───── Material provided ─────

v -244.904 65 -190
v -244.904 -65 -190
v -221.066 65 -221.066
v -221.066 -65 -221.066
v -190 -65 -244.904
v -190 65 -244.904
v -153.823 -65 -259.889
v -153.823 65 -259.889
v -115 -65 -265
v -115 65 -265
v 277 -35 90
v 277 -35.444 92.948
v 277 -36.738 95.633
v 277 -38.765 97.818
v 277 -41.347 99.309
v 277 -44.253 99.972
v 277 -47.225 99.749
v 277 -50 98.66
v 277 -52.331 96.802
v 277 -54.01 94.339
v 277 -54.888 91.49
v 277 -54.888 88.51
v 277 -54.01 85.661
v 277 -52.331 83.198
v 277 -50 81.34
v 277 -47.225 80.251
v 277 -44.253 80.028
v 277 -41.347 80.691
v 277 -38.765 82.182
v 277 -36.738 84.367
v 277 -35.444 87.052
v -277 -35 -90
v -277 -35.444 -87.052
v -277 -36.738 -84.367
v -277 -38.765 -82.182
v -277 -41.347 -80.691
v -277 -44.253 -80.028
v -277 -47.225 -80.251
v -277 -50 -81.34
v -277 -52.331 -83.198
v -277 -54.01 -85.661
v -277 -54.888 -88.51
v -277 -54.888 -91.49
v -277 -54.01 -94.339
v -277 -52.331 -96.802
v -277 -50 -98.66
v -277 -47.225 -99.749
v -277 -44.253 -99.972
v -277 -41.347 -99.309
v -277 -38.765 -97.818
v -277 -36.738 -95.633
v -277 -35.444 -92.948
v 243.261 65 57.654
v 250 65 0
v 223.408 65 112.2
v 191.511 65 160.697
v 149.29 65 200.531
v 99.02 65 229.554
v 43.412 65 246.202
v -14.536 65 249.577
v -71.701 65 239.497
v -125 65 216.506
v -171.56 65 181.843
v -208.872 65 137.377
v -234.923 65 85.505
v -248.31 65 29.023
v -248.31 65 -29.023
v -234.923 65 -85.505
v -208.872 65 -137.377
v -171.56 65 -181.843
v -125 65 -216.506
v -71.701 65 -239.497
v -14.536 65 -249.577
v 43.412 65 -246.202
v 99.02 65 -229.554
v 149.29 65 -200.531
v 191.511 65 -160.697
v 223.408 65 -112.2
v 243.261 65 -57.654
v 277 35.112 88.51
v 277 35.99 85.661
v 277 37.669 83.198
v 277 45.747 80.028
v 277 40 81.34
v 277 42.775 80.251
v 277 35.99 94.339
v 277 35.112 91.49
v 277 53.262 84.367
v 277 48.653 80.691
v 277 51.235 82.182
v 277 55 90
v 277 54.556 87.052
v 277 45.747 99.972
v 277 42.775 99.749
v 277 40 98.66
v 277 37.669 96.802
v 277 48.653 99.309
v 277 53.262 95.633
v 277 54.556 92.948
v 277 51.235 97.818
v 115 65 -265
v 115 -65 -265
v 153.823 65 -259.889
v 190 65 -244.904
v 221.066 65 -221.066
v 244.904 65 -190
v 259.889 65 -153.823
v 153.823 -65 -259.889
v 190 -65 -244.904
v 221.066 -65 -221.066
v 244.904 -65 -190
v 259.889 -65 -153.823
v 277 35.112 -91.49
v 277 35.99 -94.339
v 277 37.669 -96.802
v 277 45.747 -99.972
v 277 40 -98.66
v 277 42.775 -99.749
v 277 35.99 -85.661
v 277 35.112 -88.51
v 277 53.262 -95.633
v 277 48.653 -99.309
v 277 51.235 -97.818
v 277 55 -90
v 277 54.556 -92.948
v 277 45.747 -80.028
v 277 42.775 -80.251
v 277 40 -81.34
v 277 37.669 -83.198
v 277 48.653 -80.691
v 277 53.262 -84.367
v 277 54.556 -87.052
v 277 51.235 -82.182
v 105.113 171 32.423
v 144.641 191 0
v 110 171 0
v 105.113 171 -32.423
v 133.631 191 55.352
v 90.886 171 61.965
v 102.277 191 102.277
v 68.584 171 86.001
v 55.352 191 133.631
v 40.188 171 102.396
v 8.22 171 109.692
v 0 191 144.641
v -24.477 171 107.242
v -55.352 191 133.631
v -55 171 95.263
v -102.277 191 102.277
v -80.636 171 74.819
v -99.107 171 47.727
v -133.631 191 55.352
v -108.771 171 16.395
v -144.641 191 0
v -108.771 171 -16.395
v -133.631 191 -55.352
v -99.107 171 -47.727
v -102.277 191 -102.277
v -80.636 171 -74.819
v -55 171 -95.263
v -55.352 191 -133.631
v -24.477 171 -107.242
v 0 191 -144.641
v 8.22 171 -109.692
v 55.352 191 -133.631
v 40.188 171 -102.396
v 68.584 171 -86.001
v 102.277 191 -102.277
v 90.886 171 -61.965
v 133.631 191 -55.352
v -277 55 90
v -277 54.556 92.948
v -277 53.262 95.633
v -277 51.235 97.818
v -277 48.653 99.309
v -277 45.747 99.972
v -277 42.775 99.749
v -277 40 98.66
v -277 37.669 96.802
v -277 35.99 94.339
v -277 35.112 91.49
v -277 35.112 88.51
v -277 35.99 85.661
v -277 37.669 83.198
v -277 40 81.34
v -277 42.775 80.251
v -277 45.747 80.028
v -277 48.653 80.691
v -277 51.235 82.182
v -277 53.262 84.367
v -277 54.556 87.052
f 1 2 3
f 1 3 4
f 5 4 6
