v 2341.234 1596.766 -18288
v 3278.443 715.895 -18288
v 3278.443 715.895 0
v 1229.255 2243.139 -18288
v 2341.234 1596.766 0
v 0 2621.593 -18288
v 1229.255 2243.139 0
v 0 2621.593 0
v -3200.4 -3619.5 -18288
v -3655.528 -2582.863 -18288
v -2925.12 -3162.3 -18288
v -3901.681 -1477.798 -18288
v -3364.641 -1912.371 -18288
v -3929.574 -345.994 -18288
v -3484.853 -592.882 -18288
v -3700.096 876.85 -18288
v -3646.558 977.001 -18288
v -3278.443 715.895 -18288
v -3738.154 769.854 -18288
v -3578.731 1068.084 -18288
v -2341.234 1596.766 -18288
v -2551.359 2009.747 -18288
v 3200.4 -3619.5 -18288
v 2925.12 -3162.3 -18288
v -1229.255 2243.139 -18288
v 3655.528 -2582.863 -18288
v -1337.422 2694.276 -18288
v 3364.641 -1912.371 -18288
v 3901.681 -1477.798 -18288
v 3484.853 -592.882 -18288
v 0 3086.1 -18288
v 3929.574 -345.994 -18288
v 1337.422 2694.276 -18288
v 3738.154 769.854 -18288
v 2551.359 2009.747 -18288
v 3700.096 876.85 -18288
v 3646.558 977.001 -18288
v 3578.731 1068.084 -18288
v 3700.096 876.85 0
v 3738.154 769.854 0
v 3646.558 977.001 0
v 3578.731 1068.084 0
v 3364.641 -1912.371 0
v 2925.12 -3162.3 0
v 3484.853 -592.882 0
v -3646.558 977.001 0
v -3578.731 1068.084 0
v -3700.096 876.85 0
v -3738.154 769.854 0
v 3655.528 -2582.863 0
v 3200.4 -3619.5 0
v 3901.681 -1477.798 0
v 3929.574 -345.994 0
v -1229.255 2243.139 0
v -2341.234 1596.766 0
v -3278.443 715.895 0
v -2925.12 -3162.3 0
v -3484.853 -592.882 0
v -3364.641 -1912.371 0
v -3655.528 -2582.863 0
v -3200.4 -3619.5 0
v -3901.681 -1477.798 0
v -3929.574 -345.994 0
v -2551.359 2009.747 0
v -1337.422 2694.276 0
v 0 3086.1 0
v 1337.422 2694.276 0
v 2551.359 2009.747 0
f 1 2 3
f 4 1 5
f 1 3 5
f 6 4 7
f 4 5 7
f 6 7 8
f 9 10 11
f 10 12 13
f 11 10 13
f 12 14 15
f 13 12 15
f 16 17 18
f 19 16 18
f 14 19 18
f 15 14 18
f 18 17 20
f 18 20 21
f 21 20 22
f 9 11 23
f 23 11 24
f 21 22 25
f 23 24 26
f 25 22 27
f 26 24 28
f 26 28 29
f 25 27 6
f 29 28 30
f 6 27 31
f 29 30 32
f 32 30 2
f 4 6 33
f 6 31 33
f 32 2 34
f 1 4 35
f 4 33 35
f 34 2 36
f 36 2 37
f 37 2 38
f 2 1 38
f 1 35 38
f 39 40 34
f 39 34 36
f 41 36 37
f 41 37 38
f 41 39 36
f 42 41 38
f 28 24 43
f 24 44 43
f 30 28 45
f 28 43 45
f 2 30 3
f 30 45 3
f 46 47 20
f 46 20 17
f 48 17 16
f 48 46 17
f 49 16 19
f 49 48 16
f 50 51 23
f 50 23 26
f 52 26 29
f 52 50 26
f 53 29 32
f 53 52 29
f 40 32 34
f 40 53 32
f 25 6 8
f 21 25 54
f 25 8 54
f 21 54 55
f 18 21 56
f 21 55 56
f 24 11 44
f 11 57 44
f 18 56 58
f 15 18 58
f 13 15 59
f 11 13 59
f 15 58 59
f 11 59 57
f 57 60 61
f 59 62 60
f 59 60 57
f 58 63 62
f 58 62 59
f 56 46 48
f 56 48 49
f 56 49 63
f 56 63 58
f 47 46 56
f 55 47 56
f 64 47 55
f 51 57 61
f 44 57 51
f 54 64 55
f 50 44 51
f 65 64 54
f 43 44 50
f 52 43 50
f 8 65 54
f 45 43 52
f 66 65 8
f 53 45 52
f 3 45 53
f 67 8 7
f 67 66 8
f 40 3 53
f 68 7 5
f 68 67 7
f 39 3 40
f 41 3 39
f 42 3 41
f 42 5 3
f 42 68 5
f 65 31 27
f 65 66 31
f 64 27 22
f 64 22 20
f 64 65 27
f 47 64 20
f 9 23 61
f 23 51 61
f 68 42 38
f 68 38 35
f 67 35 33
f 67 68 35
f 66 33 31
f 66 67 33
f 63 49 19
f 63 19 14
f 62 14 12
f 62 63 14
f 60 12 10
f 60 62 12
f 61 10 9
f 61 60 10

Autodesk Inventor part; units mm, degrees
ref_plane "YZ Plane" through (0, 0, 0) normal (1, 0, 0) x (0, 1, 0)
ref_plane "XZ Plane" through (0, 0, 0) normal (0, 1, 0) x (-1, 0, 0)
ref_plane "XY Plane" through (0, 0, 0) normal (0, 0, 1) x (1, 0, 0)
sketch "Sketch3" plane through (0, 0, 0) normal (0, 0, 1) x (1, 0, 0)
  line L0 (3200.4, -3619.5) -> (-3200.4, -3619.5)
  line L1 (0, -3619.5) -> (0, 3086.1) construction
  arc A0 (-3738.1541, 769.8538) -> (-3200.4, -3619.5) centre (1884.0877, -768.9648) ccw
  arc A1 (0, 3086.1) -> (-3578.7308, 1068.0837) centre (1038.9488, -2938.6136) ccw
  arc A2 (-3578.7308, 1068.0837) -> (-3738.1541, 769.8538) centre (-3003.1863, 568.6916) ccw
  arc A3 (3200.4, -3619.5) -> (3738.1541, 769.8538) centre (-1884.0877, -768.9648) ccw
  arc A4 (3578.7308, 1068.0837) -> (0, 3086.1) centre (-1038.9488, -2938.6136) ccw
  arc A5 (3738.1541, 769.8538) -> (3578.7308, 1068.0837) centre (3003.1863, 568.6916) ccw
  arc A6 (-3278.4432, 715.8952) -> (-2925.1203, -3162.3) centre (1884.0877, -768.9648) ccw
  line L2 (-2925.1203, -3162.3) -> (2925.1203, -3162.3)
  arc A7 (2925.1203, -3162.3) -> (3278.4432, 715.8952) centre (-1884.0877, -768.9648) ccw
  arc A8 (3278.4432, 715.8952) -> (0, 2621.5927) centre (-1038.9488, -2938.6136) ccw
  arc A9 (0, 2621.5927) -> (-3278.4432, 715.8952) centre (1038.9488, -2938.6136) ccw
  dimension "d3" = 6400.8
  dimension "d4" = 6705.6
  dimension "d5" = 762
  dimension "d6" = 457.2
extrude "Extrusion1" add sketch "Sketch3" against normal blind 18288
properties material "Steel, Mild"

─────

## Problem to work on
From the records above, extract exactly and only the lines that begin at the line with "v -99.107 171 -47.727" and stop after the line with "v -3901.681 -1477.798 -18288".

## Your solution
v -99.107 171 -47.727
v -102.277 191 -102.277
v -80.636 171 -74.819
v -55 171 -95.263
v -55.352 191 -133.631
v -24.477 171 -107.242
v 0 191 -144.641
v 8.22 171 -109.692
v 55.352 191 -133.631
v 40.188 171 -102.396
v 68.584 171 -86.001
v 102.277 191 -102.277
v 90.886 171 -61.965
v 133.631 191 -55.352
v -277 55 90
v -277 54.556 92.948
v -277 53.262 95.633
v -277 51.235 97.818
v -277 48.653 99.309
v -277 45.747 99.972
v -277 42.775 99.749
v -277 40 98.66
v -277 37.669 96.802
v -277 35.99 94.339
v -277 35.112 91.49
v -277 35.112 88.51
v -277 35.99 85.661
v -277 37.669 83.198
v -277 40 81.34
v -277 42.775 80.251
v -277 45.747 80.028
v -277 48.653 80.691
v -277 51.235 82.182
v -277 53.262 84.367
v -277 54.556 87.052
f 1 2 3
f 1 3 4
f 5 4 6
v 2341.234 1596.766 -18288
v 3278.443 715.895 -18288
v 3278.443 715.895 0
v 1229.255 2243.139 -18288
v 2341.234 1596.766 0
v 0 2621.593 -18288
v 1229.255 2243.139 0
v 0 2621.593 0
v -3200.4 -3619.5 -18288
v -3655.528 -2582.863 -18288
v -2925.12 -3162.3 -18288
v -3901.681 -1477.798 -18288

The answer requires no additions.